Pick out all lines of the entries that include the word "bracket" and copy them.

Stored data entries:

---

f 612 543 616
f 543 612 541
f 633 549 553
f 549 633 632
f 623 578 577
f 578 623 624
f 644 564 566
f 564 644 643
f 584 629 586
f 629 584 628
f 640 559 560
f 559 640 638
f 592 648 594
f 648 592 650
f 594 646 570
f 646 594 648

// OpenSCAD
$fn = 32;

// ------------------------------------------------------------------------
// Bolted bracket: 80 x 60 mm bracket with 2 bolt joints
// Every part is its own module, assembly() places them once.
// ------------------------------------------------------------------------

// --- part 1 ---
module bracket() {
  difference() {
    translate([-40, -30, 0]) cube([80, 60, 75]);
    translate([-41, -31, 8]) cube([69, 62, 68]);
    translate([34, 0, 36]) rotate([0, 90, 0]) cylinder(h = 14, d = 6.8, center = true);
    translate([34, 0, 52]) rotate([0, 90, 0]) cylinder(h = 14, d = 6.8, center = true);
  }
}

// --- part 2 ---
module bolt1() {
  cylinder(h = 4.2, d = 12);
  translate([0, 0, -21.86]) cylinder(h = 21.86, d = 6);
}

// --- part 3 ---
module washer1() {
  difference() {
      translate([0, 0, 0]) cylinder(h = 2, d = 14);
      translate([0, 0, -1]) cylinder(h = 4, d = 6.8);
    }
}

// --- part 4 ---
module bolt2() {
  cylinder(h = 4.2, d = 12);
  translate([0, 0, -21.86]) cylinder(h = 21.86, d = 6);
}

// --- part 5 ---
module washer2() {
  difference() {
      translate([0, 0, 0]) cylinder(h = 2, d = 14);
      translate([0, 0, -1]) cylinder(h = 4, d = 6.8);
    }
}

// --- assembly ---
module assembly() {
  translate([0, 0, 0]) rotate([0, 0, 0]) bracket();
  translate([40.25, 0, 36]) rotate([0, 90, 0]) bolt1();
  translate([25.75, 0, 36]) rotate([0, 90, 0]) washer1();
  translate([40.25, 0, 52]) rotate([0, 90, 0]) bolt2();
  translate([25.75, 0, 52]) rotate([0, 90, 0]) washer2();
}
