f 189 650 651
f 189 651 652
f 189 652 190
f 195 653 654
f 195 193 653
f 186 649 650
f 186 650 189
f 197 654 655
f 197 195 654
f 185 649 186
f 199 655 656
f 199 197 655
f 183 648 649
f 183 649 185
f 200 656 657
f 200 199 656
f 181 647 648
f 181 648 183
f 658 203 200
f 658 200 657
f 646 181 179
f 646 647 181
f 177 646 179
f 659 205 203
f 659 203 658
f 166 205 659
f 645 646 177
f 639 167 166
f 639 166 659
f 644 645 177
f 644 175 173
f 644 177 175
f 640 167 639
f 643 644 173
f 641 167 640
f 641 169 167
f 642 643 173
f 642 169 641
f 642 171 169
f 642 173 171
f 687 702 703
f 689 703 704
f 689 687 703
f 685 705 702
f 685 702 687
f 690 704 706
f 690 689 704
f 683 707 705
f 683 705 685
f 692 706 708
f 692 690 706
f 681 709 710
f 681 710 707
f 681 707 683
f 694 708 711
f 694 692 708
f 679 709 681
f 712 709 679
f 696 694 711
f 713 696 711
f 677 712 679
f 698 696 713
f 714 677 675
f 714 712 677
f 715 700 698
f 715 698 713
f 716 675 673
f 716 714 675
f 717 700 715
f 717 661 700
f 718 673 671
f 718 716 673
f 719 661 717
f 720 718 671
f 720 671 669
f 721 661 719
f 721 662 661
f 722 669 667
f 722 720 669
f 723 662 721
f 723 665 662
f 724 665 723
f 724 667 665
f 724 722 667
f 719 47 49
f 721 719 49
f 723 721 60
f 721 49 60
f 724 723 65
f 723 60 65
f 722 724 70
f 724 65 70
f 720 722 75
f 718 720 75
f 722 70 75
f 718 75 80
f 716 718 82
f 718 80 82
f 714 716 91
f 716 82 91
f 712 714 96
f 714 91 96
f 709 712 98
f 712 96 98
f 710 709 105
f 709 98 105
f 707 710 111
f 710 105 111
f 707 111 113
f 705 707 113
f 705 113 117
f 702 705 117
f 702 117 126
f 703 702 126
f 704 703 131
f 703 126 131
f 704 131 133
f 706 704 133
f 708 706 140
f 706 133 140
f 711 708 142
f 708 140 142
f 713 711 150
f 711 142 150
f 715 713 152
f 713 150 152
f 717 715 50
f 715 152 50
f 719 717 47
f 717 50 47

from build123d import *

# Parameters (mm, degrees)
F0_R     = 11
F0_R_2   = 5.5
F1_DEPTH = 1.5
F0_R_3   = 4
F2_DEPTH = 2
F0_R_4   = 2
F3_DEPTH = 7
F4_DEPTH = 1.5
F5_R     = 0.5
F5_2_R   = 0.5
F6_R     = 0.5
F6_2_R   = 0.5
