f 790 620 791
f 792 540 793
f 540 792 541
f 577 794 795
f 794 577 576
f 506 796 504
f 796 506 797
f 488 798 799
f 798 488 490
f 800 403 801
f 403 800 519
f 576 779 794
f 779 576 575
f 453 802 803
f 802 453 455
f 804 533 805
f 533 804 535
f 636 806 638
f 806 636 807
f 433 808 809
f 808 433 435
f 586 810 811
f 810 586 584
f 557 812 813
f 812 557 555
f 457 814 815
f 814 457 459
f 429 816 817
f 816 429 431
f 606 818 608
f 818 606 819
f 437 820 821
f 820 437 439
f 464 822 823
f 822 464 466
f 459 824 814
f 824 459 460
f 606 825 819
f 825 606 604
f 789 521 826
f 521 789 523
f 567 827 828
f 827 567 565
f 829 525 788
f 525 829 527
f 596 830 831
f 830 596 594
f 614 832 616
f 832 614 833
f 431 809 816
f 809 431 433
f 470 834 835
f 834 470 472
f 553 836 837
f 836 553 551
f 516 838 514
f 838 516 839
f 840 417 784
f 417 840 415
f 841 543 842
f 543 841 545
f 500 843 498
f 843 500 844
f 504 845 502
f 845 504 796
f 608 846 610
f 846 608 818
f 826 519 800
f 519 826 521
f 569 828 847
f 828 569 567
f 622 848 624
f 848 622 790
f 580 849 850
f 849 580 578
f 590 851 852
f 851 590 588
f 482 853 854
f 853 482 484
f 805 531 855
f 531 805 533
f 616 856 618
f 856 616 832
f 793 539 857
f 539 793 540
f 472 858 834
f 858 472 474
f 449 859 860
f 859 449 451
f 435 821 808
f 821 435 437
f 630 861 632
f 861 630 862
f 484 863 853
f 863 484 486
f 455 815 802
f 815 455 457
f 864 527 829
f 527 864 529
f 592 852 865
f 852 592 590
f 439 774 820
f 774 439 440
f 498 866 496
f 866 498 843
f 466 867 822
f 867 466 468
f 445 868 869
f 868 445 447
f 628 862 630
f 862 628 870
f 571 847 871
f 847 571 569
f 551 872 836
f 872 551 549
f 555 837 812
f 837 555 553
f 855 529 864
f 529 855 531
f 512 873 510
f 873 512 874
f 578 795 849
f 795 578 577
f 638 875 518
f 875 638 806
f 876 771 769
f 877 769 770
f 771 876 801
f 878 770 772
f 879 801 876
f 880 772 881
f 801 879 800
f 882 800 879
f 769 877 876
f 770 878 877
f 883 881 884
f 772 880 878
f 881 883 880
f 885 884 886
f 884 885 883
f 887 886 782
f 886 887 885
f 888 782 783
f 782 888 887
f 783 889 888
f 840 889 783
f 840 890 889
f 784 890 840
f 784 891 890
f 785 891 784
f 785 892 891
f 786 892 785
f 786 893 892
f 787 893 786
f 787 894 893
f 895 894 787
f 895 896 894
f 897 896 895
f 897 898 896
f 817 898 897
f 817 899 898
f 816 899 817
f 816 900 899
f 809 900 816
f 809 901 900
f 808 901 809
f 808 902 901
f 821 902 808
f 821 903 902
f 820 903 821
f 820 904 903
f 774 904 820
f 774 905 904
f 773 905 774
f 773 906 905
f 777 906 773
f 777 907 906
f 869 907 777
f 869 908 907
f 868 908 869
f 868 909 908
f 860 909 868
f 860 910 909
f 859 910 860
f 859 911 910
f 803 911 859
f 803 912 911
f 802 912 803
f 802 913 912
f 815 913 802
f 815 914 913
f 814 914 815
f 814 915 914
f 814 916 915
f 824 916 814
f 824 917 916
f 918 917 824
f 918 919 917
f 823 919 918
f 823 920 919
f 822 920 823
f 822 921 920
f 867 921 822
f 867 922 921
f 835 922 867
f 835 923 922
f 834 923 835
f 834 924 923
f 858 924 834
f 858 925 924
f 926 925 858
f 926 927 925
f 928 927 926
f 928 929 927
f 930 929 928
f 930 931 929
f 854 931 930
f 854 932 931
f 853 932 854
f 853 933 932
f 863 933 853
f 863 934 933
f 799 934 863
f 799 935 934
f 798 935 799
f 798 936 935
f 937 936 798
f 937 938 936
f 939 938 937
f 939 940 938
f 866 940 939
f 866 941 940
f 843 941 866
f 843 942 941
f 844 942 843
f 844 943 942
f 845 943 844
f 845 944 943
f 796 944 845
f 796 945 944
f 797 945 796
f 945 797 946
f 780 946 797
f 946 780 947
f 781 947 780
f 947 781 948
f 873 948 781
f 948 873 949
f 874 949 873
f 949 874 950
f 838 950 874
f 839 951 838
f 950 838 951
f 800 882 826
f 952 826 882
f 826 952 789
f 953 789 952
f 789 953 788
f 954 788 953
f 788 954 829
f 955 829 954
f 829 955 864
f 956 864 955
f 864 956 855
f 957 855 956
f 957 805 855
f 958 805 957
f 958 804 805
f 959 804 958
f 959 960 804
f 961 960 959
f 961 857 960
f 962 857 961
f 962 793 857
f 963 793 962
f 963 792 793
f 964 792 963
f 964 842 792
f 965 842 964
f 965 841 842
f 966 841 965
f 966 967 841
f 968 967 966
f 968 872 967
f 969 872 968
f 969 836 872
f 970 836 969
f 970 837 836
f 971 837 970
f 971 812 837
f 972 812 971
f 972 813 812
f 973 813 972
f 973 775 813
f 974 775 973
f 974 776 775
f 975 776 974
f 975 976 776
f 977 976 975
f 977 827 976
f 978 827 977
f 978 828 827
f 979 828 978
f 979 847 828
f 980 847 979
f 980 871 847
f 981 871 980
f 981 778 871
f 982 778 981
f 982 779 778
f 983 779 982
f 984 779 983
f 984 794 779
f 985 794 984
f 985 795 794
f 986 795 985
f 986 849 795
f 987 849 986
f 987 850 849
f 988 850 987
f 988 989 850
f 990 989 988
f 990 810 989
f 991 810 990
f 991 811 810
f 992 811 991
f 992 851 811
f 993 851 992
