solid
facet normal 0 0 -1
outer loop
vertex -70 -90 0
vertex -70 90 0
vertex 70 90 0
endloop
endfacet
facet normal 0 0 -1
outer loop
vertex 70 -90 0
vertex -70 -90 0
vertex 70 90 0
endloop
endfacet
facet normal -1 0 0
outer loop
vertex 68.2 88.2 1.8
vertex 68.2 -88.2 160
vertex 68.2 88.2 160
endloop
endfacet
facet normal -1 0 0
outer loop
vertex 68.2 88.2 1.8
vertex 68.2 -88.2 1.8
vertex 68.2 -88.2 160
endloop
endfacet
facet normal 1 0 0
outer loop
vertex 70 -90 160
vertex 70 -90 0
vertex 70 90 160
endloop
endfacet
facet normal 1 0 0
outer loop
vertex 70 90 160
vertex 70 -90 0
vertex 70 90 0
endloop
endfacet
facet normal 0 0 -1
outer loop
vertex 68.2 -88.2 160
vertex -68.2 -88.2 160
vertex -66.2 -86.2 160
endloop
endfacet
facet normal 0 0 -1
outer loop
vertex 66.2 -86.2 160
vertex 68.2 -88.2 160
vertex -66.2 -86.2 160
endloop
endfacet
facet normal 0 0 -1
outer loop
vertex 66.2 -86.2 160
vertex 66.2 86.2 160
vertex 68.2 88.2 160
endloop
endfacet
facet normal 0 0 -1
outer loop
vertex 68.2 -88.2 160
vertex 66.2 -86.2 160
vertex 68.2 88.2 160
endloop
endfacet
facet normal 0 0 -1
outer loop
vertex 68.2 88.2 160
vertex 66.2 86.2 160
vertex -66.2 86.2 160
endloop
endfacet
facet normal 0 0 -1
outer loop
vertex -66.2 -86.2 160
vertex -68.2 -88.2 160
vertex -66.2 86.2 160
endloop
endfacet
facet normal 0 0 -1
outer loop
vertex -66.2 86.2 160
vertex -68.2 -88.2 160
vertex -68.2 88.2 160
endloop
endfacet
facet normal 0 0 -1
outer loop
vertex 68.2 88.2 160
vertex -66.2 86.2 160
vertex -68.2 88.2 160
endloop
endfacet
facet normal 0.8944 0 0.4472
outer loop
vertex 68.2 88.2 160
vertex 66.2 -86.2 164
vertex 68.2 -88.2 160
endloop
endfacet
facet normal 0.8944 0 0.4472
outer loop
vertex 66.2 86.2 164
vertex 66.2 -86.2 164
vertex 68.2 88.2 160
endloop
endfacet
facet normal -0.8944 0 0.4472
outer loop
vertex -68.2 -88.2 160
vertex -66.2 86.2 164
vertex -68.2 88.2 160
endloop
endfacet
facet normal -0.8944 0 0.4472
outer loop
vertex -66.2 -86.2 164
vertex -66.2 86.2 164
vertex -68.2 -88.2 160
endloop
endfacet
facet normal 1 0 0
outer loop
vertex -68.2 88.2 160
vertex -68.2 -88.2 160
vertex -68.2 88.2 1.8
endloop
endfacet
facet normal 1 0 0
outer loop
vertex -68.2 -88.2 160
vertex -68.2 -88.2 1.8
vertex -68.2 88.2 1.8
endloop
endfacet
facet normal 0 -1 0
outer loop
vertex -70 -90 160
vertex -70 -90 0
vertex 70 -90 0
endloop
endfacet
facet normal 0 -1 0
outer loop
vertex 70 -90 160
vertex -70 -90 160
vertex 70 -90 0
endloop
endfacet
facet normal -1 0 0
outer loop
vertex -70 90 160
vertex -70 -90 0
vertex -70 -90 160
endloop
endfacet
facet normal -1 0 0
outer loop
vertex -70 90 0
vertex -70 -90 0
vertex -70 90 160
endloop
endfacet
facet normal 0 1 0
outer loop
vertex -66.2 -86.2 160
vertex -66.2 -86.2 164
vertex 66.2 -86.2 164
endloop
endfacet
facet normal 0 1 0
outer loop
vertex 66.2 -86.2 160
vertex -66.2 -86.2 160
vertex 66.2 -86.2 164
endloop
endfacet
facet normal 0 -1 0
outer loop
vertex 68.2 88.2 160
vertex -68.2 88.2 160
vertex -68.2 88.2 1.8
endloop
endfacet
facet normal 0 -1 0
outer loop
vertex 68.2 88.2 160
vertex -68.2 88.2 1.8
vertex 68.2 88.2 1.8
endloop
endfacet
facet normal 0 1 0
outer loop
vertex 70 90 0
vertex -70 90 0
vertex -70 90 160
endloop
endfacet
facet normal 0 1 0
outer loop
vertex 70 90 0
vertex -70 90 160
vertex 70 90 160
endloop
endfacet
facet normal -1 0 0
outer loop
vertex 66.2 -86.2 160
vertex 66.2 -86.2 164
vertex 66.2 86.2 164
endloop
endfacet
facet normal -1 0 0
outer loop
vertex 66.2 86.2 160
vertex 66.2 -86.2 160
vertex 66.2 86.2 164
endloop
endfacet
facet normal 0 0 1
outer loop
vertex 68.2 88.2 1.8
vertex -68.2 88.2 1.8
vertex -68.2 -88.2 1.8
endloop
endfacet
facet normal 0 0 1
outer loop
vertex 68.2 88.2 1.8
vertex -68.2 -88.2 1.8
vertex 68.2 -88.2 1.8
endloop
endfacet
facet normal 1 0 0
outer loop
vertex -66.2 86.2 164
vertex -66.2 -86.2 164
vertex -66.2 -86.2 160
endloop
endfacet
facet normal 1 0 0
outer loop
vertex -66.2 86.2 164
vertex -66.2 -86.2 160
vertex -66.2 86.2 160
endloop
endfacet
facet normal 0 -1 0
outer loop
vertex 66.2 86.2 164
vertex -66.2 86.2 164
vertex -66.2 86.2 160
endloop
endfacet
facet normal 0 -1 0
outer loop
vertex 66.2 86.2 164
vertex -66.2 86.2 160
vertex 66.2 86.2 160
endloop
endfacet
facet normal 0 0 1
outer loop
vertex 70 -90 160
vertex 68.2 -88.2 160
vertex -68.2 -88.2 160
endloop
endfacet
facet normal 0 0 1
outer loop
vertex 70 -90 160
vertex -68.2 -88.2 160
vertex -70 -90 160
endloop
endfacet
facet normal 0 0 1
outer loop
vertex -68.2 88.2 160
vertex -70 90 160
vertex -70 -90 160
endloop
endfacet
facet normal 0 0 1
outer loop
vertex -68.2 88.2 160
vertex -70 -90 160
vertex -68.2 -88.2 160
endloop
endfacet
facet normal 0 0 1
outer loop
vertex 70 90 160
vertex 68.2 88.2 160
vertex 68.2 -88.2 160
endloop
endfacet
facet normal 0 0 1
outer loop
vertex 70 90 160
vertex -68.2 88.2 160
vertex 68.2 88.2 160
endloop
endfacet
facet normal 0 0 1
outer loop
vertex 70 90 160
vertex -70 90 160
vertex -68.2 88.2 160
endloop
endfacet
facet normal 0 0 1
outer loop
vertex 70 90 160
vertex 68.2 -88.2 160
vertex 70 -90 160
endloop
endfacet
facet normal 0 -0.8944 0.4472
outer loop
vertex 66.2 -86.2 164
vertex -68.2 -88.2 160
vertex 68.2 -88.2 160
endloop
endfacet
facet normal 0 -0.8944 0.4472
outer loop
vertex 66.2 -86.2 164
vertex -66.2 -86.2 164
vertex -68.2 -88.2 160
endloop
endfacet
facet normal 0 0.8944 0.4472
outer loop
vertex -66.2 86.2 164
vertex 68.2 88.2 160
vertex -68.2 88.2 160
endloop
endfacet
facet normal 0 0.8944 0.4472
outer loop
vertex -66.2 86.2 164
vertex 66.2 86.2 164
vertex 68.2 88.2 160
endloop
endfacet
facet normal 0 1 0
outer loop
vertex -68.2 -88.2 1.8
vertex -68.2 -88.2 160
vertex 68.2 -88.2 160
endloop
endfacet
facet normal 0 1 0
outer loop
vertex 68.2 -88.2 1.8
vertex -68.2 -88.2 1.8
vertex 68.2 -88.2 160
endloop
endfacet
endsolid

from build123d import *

# Parameters (mm, degrees)
F0_W     = 140
F0_H     = 180
F1_DEPTH = 160
F2_T     = -1.8
F3_W     = 136.4
F3_H     = 176.4
F5_W     = 132.4
F5_H     = 172.4
F8_DEPTH = 25


# Not quite as in the source:
# - the program builds the solid bodies; features that only make, move or delete a surface that nothing else refers to are left out


with BuildPart() as f1:
    # F0 (on Top) → F1 (new body)
    with BuildSketch(Plane.XY):
        Rectangle(F0_W, F0_H)
    extrude(amount=F1_DEPTH)

    # F2
    f2_openings = [f1.faces().sort_by_distance(p)[0] for p in [
        (0, 0, 160),
    ]]
    offset(amount=F2_T, openings=f2_openings)


with BuildPart() as f7:
    # F3 (on face) → F7 section 0
    with BuildSketch(Plane.XY.offset(160)):
        Rectangle(F3_W, F3_H)
    # F5 (on offset) → F7 section 1
    with BuildSketch(Plane.XY.offset(164)):
        Rectangle(F5_W, F5_H)
    loft()

    # F5 (on offset) → F8 (cut)
    with BuildSketch(Plane.XY.offset(164)):
        Rectangle(F5_W, F5_H)
    extrude(amount=-F8_DEPTH, mode=Mode.SUBTRACT)


solid = Compound([f1.part, f7.part])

---

**RESULT OF THE EXERCISE:**
// Bolted bracket: 80 x 60 mm bracket with 2 bolt joints
module bracket() {
  translate([0, 0, 0]) rotate([0, 0, 0]) bracket();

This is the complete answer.